▸ YOUR TASK: The expected result is the run of lines from the one containing "v 5.495 22.831 6" to the end of the listing, copied exactly.

▸ MATERIAL FOR THIS EXERCISE:
::::::::

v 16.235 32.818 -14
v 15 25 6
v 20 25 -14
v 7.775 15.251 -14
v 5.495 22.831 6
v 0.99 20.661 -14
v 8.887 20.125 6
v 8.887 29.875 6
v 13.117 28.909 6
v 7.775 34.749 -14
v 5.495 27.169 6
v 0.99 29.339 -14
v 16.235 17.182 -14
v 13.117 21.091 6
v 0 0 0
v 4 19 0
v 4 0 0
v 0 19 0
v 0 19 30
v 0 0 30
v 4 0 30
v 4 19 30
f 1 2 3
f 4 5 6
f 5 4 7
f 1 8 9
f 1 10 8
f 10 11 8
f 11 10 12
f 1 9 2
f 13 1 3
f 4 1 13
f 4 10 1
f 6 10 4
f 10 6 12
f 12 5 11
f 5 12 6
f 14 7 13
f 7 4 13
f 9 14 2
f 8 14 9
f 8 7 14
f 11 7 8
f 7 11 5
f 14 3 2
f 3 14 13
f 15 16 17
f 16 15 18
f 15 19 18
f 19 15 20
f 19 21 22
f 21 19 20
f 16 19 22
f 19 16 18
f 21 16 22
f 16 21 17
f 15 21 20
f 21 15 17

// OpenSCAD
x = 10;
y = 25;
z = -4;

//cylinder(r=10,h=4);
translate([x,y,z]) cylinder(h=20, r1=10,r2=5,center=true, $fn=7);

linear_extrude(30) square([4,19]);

::::::::

▸ PROBLEM SOLUTION:
v 5.495 22.831 6
v 0.99 20.661 -14
v 8.887 20.125 6
v 8.887 29.875 6
v 13.117 28.909 6
v 7.775 34.749 -14
v 5.495 27.169 6
v 0.99 29.339 -14
v 16.235 17.182 -14
v 13.117 21.091 6
v 0 0 0
v 4 19 0
v 4 0 0
v 0 19 0
v 0 19 30
v 0 0 30
v 4 0 30
v 4 19 30
f 1 2 3
f 4 5 6
f 5 4 7
f 1 8 9
f 1 10 8
f 10 11 8
f 11 10 12
f 1 9 2
f 13 1 3
f 4 1 13
f 4 10 1
f 6 10 4
f 10 6 12
f 12 5 11
f 5 12 6
f 14 7 13
f 7 4 13
f 9 14 2
f 8 14 9
f 8 7 14
f 11 7 8
f 7 11 5
f 14 3 2
f 3 14 13
f 15 16 17
f 16 15 18
f 15 19 18
f 19 15 20
f 19 21 22
f 21 19 20
f 16 19 22
f 19 16 18
f 21 16 22
f 16 21 17
f 15 21 20
f 21 15 17

// OpenSCAD
x = 10;
y = 25;
z = -4;

//cylinder(r=10,h=4);
translate([x,y,z]) cylinder(h=20, r1=10,r2=5,center=true, $fn=7);

linear_extrude(30) square([4,19]);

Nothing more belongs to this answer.